When the Nixon administration prosecuted Ellsberg for espionage in 1973, Judge William Byrne dismissed the case “with prejudice” against the government for infringing Ellsberg’s right to confidential communication with his psychiatrist. The Trump administration has illegally obtained Assange’s privileged discussions with his doctors and lawyers, tainting its case as much as Nixon’s against Ellsberg. Whether Trump-appointed justices will defend the law as scrupulously as Byrne need not be put to the test.
If extradited, Assange risks a 175-year sentence in the “Alcatraz of the Rockies,” otherwise known as the United States Penitentiary Administrative Maximum Facility in Florence, Colorado. Its harsh regime would see him in permanent solitary confinement in a concrete box cell with a window four inches wide, with six bed checks a day and one hour of exercise in an outdoor cage. His fellow inmates would be “Unabomber” Ted Kaczynski, Boston Marathon bomber Dzhokhar Tsarnaev, FBI-agent-turned-Russian-spy Robert Hanssen, Oklahoma City co-bomber Terry Nichols, and Mexican drug baron Joaquín “El Chapo” Guzmán Loera.
Trump may contend that journalists and publishers are no different from terrorists, serial killers, and narcotics traffickers. Biden is free to take another view. Does he want to begin his term of office carrying the burden of that Trump legacy? Assange stands in the tradition of Carl Bernstein and Bob Woodward during Watergate, Ellsberg with the Pentagon Papers, Seymour Hersh over the My Lai massacre, Sydney Schanberg on America’s massive bombardment of Cambodia, plus hundreds of others who, vilified at the time, have been vindicated by the judgment of history.

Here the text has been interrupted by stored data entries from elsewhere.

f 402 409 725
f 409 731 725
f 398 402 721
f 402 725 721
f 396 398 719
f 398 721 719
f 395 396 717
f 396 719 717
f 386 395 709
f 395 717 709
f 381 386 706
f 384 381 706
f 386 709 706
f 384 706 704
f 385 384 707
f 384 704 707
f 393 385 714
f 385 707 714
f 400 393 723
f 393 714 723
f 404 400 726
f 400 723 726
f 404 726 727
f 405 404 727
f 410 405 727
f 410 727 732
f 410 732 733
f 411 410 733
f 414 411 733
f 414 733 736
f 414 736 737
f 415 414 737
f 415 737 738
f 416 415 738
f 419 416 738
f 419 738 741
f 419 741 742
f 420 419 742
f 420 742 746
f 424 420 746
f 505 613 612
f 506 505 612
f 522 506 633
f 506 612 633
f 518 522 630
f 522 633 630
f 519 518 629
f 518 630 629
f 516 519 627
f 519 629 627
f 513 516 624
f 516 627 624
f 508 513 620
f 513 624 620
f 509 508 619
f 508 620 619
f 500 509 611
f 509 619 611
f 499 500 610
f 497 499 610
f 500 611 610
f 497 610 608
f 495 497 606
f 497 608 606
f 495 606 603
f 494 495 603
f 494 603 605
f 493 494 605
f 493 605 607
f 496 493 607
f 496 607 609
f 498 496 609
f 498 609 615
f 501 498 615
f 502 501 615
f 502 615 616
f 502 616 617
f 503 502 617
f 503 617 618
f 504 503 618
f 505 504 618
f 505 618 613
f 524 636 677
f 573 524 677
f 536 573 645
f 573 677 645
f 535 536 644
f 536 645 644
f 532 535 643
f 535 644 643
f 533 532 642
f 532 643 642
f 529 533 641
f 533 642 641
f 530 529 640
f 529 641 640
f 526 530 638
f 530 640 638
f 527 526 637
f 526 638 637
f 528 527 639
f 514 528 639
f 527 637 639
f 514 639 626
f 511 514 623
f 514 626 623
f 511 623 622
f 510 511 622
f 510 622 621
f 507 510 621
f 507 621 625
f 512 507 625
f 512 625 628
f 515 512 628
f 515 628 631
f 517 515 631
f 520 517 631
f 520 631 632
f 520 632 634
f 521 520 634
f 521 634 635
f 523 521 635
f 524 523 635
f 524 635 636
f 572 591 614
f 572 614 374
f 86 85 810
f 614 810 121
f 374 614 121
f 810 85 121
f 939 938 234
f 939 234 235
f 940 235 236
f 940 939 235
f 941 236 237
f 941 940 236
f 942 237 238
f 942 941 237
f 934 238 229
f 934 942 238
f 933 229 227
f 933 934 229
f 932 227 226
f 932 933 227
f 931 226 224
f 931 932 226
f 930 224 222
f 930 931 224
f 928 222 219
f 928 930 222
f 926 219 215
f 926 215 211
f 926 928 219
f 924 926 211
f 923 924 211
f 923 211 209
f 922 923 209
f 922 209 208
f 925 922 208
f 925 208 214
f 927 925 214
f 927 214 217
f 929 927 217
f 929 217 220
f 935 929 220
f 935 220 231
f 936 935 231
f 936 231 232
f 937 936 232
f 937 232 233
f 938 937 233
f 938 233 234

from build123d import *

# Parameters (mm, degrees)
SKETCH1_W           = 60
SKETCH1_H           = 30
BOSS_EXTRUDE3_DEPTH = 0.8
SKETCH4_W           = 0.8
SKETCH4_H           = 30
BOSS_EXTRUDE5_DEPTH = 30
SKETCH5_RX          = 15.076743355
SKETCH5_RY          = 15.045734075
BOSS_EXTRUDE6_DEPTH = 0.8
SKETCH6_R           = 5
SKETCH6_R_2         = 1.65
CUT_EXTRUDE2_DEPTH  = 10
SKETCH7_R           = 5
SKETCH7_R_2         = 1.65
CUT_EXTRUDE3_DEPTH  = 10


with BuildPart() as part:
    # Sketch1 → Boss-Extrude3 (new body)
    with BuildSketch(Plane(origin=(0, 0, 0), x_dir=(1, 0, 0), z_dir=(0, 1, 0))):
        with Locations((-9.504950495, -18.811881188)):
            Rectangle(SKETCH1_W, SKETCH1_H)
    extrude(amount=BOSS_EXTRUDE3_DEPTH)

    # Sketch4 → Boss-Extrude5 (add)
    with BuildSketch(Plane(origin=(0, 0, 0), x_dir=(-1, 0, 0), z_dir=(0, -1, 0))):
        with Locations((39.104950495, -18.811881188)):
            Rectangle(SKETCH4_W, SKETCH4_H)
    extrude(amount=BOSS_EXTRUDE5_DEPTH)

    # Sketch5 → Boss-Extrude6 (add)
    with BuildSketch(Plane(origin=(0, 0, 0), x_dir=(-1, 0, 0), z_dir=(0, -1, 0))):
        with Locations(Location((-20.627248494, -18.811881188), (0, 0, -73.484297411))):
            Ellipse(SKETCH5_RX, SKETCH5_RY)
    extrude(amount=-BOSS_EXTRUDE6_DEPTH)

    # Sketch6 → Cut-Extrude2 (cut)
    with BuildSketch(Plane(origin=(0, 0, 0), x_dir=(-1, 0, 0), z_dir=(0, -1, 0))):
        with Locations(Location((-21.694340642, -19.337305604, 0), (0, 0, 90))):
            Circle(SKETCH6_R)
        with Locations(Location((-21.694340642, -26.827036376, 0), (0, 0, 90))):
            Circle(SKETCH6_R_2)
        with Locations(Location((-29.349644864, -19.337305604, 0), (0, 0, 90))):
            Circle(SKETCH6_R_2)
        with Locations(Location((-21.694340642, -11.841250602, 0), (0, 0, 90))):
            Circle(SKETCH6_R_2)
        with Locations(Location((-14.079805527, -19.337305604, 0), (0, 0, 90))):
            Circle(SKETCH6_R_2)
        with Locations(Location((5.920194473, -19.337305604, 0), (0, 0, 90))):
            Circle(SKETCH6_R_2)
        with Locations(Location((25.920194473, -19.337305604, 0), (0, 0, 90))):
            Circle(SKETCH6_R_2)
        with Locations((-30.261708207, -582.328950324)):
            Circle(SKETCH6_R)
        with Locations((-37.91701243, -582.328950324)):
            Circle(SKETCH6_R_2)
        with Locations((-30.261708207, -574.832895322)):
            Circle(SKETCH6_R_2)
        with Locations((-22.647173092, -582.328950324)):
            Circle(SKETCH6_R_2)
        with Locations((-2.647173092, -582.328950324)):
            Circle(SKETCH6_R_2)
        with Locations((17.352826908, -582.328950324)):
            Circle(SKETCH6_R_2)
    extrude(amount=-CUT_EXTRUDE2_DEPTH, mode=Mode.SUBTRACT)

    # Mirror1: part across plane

Those who insist Assange must pay for his actions can be satisfied that he has already suffered severe punishment. He has spent the past 10 years under confinement: first under house arrest, then as a political refugee in Ecuador’s embassy in London, and for the past year and a half in Belmarsh, a high-security prison outside of London, under conditions that U.N. Rapporteur on Torture Nils Melzer called “psychological torture.” Assange’s health has deteriorated to the point that 117 physicians wrote to British medical journal The Lancet last February that he is suffering “psychological torture and medical neglect.” Expert medical witnesses who have examined Assange at Belmarsh testified at his extradition hearing in September that, if extradition proceeds, his suicide is inevitable.

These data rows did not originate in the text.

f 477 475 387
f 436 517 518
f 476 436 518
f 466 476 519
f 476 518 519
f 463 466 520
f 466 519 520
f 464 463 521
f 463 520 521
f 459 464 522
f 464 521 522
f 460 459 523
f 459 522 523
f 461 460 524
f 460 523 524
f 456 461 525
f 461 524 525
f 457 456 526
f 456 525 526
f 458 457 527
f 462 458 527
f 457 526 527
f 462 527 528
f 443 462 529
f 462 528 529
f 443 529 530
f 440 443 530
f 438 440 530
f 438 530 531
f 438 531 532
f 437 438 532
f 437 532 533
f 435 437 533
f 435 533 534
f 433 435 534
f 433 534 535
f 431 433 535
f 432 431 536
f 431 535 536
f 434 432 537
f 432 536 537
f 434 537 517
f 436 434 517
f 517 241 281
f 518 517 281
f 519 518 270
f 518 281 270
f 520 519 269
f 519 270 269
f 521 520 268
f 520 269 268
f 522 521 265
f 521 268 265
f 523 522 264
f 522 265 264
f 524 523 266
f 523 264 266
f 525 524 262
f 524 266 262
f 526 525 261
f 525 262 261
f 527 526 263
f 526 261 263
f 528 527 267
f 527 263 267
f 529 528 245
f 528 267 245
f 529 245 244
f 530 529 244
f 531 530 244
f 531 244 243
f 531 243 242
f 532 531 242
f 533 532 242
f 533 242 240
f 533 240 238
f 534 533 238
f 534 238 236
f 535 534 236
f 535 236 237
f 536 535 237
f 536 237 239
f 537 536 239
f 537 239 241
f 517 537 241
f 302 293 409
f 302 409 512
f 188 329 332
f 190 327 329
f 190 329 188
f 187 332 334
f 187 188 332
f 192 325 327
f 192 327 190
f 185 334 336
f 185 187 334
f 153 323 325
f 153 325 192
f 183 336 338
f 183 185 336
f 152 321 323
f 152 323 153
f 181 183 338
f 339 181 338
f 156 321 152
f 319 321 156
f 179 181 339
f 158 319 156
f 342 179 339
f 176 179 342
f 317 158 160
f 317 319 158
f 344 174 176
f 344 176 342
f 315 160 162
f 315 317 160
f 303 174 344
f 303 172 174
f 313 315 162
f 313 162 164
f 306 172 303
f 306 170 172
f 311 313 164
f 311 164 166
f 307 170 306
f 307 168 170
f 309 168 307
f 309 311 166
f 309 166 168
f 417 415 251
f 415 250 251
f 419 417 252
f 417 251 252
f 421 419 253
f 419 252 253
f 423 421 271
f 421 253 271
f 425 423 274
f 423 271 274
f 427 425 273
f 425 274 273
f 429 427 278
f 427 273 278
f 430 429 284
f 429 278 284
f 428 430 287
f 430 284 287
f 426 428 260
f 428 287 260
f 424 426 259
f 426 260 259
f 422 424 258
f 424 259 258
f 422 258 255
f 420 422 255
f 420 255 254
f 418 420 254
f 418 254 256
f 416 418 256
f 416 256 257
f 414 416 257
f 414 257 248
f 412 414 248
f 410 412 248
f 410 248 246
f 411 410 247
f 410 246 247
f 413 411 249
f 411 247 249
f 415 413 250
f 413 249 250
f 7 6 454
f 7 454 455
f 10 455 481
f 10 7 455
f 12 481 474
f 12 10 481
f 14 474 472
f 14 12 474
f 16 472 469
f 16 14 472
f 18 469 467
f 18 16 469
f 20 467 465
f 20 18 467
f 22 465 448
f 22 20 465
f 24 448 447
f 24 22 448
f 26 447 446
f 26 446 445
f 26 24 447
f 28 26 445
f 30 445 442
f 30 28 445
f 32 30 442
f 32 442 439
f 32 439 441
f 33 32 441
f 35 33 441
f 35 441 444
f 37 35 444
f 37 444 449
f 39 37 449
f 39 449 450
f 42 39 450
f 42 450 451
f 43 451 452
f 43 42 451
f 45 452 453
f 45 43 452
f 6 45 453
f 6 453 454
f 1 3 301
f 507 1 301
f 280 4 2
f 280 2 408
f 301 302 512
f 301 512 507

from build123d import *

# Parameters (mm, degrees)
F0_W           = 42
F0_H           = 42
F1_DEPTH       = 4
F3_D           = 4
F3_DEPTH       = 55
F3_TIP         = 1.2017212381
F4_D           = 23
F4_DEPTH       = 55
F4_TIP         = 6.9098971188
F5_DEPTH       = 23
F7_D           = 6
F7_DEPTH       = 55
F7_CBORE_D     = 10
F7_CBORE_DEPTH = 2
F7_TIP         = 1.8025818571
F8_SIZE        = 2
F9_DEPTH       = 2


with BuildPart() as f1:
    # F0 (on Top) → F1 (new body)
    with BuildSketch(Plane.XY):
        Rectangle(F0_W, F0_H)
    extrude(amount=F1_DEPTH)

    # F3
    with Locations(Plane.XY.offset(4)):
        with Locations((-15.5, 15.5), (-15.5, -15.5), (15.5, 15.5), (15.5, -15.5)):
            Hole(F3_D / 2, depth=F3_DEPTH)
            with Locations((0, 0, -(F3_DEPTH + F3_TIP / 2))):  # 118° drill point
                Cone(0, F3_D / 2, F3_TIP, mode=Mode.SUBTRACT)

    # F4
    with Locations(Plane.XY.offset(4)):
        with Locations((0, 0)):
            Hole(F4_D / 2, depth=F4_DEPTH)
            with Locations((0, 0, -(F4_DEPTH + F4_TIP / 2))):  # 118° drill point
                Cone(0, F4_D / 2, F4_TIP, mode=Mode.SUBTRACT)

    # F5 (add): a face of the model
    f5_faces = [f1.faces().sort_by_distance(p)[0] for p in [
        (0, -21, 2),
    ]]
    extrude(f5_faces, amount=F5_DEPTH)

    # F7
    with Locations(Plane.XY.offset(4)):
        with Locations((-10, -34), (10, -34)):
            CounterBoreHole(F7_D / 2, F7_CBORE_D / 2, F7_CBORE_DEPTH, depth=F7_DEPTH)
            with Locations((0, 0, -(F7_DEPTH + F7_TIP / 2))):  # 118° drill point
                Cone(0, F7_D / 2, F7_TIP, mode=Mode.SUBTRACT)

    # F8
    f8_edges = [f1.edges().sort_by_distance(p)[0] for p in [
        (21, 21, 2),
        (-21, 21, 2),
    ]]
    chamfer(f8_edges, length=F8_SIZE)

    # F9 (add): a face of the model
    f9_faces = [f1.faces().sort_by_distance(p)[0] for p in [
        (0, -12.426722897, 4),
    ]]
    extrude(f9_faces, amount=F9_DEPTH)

Does Biden want to begin his term of office carrying the burden of that Trump legacy?
The American Civil Liberties Union, Amnesty International, the Committee to Protect Journalists, Reporters Without Borders, and other defenders of free expression have repeatedly called for Assange’s immediate release. Ellsberg issued a warning to journalists and publishers about Assange: “If he is extradited to the U.S. and convicted, he will not be the last.”
Biden’s choice on January 20 is between the opposite courses taken by his two immediate predecessors, Obama and Trump. His conscience should tell him which to follow.
Correction: December 2, 2020
A previous version of this article referred to President Barack Obama’s 2017 commutation of Chelsea Manning’s sentence as a pardon, and stated that Julian Assange risks a 170-year sentence if extradited to the U.S. and convicted. In fact, he risks a 175-year sentence.